*Exercise*: Copy all lines containing the string "Locations" from the records below.

*Entries taken from a collection*:
*-*-*

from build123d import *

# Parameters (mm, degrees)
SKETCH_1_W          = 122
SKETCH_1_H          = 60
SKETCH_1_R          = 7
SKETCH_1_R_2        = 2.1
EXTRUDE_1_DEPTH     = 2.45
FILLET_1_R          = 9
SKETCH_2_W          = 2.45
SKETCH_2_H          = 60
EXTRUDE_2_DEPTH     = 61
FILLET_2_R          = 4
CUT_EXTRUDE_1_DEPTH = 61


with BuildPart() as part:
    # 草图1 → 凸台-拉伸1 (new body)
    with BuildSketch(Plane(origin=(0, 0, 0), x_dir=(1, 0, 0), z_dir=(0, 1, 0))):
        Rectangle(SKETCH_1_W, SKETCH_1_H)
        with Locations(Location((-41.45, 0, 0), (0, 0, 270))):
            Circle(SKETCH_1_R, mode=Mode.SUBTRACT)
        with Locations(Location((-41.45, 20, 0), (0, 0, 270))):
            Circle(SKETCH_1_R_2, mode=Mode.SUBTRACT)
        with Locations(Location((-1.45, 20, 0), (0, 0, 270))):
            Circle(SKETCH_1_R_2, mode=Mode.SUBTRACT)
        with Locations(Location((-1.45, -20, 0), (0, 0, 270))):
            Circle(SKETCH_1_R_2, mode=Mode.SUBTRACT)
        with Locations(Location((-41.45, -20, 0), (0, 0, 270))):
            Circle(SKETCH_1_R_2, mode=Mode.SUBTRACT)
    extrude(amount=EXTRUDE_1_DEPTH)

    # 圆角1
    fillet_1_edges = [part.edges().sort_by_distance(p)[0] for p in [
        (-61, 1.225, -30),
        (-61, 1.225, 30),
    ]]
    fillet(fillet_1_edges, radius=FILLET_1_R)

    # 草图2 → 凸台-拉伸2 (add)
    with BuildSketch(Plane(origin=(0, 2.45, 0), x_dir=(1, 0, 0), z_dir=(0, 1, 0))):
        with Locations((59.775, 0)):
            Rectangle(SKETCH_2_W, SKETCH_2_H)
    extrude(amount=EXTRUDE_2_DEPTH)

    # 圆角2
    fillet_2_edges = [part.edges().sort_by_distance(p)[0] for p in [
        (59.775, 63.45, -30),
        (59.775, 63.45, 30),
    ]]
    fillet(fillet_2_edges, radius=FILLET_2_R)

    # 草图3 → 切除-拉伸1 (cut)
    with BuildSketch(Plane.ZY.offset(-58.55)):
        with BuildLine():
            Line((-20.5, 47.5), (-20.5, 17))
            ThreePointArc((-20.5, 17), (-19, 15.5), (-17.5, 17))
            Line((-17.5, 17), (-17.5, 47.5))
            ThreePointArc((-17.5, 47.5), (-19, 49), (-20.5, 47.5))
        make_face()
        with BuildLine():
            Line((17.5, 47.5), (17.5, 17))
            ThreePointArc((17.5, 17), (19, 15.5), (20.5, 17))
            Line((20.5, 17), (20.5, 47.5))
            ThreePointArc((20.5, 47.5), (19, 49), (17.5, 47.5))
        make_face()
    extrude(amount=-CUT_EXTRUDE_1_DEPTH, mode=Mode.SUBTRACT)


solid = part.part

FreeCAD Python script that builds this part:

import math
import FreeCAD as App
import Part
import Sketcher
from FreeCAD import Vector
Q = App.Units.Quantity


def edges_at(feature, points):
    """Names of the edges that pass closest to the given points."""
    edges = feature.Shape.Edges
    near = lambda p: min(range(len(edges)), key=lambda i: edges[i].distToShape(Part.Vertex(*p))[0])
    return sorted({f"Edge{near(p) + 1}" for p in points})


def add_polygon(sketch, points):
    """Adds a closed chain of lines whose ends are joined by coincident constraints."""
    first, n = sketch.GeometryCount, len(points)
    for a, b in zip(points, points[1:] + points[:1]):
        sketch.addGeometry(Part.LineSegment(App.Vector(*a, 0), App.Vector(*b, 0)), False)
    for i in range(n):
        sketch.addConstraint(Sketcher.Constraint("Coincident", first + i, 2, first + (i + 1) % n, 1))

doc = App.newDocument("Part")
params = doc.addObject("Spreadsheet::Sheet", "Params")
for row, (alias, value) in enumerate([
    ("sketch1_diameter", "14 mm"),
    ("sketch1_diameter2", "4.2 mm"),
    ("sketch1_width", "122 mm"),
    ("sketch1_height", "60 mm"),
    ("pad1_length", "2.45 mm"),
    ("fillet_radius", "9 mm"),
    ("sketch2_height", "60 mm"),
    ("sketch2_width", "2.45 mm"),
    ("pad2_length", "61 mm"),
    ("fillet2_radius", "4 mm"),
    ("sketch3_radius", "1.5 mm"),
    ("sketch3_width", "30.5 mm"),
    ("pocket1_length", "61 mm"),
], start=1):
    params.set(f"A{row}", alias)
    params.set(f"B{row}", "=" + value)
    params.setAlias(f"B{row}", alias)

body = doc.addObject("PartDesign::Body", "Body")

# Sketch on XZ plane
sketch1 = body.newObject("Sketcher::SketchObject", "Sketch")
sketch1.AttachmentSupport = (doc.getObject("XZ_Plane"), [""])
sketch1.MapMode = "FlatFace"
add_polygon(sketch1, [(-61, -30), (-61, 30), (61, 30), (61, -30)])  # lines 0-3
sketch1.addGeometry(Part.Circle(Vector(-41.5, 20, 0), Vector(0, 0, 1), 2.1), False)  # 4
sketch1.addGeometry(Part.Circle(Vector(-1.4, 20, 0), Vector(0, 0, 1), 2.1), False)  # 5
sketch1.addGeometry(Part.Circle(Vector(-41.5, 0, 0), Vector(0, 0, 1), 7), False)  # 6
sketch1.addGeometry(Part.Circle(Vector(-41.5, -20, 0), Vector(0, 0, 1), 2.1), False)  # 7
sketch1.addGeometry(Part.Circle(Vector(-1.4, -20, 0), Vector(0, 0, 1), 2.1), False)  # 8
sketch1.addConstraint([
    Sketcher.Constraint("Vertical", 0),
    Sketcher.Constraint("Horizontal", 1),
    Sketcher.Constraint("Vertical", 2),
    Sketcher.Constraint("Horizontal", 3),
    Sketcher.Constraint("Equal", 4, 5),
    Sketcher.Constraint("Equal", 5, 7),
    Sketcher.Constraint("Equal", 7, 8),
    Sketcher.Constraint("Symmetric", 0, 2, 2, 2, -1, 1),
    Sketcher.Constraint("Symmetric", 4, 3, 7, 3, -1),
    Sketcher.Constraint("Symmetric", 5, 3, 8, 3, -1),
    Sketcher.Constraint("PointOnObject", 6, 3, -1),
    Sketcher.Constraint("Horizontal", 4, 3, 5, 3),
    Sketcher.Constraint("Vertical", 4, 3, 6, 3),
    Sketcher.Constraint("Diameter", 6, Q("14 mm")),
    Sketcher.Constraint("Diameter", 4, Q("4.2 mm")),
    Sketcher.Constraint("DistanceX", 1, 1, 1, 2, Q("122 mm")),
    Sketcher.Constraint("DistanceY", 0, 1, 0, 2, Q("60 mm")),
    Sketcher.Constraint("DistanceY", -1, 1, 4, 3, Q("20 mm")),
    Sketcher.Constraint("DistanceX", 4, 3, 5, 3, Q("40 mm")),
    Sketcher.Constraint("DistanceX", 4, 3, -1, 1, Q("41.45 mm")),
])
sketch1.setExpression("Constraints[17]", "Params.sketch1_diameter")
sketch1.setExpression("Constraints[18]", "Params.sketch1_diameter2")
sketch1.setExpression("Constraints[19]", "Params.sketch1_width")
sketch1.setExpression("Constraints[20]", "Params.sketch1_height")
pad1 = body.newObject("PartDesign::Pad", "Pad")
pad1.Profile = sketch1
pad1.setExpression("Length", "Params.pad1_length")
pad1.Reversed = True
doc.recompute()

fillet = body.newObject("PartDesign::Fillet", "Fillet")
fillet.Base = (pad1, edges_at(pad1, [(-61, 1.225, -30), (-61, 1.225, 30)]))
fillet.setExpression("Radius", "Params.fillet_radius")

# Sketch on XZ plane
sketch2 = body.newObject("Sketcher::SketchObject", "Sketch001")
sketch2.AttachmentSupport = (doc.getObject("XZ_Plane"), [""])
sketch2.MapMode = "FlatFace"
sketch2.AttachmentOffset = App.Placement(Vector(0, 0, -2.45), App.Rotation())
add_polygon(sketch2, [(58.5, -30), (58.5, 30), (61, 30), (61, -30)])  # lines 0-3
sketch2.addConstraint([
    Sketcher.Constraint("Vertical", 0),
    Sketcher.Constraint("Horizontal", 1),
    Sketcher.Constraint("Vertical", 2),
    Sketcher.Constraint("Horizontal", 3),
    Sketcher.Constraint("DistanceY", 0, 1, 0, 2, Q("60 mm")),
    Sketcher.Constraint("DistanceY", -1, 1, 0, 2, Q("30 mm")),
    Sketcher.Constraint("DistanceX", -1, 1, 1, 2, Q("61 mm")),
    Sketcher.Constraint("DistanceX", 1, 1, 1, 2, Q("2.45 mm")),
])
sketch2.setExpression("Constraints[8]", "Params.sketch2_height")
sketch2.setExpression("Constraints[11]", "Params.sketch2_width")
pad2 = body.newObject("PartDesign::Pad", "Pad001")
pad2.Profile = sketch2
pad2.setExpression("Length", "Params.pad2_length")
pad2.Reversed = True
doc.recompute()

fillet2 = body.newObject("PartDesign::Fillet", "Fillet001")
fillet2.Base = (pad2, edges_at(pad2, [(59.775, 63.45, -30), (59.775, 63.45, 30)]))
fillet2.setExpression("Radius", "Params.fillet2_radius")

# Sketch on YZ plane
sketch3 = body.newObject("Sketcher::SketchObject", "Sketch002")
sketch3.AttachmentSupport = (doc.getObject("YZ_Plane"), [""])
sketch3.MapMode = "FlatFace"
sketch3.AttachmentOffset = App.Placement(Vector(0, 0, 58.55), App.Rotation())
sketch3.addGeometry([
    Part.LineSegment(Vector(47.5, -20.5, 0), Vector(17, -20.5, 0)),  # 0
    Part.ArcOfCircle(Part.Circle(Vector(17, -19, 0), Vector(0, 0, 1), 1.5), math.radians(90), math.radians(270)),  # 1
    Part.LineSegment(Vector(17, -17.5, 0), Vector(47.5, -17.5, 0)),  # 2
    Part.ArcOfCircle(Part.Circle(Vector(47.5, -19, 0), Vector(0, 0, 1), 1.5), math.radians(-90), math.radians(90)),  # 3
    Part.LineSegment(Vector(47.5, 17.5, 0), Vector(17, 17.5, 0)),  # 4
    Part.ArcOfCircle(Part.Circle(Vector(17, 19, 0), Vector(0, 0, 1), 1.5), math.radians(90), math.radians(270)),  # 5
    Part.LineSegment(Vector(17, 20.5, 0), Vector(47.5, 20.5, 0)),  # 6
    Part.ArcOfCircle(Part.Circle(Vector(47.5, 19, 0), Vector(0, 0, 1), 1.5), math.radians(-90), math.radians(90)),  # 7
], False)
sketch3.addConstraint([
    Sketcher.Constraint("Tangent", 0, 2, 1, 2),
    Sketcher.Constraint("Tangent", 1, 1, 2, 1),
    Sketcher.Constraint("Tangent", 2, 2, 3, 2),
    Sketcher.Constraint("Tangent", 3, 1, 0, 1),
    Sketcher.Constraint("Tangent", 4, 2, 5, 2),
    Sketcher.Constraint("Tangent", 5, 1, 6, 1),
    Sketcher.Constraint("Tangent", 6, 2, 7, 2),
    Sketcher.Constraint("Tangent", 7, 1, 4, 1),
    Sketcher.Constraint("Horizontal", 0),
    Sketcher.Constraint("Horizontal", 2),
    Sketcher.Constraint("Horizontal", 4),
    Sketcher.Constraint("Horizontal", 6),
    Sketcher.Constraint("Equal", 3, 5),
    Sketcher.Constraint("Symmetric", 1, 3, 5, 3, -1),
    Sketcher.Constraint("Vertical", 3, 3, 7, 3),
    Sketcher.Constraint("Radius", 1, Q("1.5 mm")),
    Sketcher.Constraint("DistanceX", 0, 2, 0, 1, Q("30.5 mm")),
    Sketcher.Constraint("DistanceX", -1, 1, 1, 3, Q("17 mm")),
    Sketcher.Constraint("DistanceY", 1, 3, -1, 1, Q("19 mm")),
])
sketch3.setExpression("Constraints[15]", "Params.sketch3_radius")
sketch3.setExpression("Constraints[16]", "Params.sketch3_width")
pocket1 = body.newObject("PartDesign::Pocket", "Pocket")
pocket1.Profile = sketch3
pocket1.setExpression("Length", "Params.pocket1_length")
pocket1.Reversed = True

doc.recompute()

*-*-*

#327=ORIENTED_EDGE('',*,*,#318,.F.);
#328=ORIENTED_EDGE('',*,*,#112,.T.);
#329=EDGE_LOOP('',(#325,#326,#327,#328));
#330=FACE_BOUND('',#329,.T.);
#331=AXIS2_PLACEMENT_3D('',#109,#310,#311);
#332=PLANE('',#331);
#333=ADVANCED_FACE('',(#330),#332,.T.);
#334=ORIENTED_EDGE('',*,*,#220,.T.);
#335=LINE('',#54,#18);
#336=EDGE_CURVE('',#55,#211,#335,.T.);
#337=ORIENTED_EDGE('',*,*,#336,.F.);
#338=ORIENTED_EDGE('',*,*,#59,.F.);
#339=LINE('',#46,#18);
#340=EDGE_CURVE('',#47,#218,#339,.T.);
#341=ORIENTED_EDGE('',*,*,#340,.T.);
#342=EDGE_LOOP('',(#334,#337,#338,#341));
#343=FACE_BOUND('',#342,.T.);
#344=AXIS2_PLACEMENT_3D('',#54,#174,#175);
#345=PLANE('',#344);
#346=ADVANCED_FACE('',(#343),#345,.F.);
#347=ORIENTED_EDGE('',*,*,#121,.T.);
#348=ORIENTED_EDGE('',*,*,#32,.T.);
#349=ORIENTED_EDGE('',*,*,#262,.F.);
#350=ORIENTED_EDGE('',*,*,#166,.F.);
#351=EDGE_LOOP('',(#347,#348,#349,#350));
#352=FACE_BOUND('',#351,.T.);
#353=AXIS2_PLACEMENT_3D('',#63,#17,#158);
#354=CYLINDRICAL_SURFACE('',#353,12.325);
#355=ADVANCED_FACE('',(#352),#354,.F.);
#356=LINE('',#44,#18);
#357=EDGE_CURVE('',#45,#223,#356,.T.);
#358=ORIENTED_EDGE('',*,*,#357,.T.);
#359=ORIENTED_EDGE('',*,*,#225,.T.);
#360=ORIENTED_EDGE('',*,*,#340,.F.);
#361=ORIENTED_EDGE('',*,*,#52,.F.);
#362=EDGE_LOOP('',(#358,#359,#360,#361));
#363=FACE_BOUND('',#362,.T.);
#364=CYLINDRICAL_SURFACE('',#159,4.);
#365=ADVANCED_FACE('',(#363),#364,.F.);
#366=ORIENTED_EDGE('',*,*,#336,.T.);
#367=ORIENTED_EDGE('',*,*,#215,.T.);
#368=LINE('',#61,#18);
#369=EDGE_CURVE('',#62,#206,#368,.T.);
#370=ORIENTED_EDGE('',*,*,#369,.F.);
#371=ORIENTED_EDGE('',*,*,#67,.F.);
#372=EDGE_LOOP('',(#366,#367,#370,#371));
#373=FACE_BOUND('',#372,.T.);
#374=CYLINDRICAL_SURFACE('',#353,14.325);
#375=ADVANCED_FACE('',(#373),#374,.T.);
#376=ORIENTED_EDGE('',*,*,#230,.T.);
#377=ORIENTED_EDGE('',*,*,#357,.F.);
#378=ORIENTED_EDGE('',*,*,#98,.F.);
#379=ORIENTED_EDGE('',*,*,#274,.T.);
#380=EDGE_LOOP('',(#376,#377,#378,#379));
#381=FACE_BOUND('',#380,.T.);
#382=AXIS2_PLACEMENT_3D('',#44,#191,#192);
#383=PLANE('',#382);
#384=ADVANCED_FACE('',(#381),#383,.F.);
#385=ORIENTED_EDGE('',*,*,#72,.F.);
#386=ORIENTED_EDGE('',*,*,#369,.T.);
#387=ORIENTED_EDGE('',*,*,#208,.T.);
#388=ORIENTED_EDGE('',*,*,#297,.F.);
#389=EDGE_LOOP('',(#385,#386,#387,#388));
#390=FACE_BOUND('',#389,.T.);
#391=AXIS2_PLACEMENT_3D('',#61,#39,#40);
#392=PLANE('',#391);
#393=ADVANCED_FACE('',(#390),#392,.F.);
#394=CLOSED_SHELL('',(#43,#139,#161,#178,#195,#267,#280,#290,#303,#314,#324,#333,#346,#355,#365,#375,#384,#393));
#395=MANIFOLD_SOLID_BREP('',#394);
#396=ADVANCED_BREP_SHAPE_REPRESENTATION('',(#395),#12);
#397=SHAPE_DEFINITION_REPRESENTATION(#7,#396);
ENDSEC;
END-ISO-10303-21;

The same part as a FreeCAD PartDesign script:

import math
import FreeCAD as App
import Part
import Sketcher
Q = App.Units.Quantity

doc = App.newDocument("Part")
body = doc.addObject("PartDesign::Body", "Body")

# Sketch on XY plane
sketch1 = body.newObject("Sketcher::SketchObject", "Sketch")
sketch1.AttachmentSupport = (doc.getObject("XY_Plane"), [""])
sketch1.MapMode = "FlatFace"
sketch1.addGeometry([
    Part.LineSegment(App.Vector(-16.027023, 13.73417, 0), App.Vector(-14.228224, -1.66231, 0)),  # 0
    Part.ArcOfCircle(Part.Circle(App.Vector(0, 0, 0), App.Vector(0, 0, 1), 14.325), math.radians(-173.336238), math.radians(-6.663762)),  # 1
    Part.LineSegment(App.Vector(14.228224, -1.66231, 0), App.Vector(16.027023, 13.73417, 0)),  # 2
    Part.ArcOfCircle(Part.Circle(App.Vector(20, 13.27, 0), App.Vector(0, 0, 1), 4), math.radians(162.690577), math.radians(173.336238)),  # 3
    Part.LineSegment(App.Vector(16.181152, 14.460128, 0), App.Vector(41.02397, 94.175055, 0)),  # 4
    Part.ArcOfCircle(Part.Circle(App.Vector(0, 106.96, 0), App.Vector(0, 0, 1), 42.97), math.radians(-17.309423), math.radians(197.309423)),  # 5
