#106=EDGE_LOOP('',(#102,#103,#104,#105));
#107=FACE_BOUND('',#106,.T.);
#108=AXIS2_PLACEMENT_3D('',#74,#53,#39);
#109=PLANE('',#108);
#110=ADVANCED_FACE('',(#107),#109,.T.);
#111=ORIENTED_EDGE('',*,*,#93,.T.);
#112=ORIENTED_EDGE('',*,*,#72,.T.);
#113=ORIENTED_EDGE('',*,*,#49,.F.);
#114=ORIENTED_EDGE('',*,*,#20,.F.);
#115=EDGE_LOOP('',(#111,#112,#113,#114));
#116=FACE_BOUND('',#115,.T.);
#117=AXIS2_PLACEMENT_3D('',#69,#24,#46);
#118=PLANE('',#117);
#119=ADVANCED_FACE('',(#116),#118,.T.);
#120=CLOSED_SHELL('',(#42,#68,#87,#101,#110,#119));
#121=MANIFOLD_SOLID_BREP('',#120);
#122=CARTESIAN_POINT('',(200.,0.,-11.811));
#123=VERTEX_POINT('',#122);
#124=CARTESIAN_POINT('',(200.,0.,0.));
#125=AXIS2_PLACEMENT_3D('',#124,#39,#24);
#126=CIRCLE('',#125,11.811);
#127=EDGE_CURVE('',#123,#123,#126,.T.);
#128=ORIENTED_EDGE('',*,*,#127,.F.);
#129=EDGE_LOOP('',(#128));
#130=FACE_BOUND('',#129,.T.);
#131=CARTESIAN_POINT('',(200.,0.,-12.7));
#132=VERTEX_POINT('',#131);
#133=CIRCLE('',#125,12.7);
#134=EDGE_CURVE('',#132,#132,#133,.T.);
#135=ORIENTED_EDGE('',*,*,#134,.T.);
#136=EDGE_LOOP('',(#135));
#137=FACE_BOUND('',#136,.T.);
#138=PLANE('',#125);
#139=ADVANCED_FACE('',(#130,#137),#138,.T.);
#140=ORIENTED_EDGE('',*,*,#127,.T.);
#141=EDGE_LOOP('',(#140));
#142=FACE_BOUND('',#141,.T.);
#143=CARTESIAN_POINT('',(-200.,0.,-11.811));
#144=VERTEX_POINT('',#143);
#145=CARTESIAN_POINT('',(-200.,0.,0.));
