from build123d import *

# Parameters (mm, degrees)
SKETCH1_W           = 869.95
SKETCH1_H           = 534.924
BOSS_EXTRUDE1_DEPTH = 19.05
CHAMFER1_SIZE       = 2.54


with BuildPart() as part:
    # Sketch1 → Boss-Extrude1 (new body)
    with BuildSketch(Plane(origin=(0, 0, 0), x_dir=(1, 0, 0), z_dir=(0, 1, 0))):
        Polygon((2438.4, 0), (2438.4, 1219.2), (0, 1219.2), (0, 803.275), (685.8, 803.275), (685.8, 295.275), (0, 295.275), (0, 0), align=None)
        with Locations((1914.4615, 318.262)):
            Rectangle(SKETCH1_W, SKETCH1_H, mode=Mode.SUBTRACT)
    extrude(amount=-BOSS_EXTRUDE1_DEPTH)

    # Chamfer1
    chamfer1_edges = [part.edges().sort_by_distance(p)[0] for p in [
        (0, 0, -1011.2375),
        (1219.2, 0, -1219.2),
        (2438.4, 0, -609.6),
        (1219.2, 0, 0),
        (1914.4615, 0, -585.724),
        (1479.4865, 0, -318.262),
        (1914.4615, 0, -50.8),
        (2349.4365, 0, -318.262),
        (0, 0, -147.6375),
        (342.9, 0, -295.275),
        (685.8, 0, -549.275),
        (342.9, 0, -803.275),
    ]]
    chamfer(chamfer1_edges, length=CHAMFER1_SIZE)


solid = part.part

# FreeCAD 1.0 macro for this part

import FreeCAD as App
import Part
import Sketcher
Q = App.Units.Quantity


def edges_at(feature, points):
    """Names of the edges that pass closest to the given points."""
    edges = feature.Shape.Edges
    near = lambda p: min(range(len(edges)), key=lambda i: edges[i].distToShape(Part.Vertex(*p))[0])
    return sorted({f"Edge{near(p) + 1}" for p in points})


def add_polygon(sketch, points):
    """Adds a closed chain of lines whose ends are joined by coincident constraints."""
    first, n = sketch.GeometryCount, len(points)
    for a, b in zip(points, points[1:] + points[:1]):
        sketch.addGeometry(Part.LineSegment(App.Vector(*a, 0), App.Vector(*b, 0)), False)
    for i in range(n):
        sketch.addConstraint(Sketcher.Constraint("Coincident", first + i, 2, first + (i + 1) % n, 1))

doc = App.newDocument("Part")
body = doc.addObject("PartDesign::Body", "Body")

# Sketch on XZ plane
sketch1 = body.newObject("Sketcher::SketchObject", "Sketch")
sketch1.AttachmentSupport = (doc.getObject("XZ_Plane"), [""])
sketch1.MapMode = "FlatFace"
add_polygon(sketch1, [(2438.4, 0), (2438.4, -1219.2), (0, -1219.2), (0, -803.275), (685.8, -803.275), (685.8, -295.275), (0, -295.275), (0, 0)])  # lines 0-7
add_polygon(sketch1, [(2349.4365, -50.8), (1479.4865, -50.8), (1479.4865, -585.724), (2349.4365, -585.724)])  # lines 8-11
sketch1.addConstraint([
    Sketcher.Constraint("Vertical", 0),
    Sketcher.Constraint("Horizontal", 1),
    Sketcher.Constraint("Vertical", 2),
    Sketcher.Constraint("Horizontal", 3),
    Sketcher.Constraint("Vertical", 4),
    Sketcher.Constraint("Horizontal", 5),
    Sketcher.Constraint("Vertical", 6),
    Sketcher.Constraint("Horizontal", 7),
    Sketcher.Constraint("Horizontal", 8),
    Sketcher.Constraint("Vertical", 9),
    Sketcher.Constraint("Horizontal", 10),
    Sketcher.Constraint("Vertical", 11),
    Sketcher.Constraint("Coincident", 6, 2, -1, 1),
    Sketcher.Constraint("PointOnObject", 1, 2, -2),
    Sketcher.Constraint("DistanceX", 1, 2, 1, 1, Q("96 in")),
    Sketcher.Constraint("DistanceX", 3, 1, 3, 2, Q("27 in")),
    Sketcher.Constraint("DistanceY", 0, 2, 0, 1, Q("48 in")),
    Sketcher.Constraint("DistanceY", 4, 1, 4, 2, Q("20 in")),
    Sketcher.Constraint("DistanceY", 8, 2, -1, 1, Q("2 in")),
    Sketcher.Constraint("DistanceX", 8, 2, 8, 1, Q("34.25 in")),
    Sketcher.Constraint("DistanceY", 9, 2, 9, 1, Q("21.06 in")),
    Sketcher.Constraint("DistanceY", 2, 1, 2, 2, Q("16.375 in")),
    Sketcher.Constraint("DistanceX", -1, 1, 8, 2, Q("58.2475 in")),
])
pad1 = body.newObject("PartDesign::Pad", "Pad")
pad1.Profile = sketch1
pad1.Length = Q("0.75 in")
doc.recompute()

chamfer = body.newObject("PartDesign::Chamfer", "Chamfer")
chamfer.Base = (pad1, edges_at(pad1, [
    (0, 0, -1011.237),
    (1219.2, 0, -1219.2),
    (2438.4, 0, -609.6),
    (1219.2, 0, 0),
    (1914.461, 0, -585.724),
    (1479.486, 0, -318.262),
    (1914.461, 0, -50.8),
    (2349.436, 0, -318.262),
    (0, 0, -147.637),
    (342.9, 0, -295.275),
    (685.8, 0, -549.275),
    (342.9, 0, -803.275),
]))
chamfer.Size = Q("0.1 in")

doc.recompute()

*-*-*

*Completed task*:
        with Locations(Location((-41.45, 0, 0), (0, 0, 270))):
        with Locations(Location((-41.45, 20, 0), (0, 0, 270))):
        with Locations(Location((-1.45, 20, 0), (0, 0, 270))):
        with Locations(Location((-1.45, -20, 0), (0, 0, 270))):
        with Locations(Location((-41.45, -20, 0), (0, 0, 270))):
        with Locations((59.775, 0)):
        with Locations((1914.4615, 318.262)):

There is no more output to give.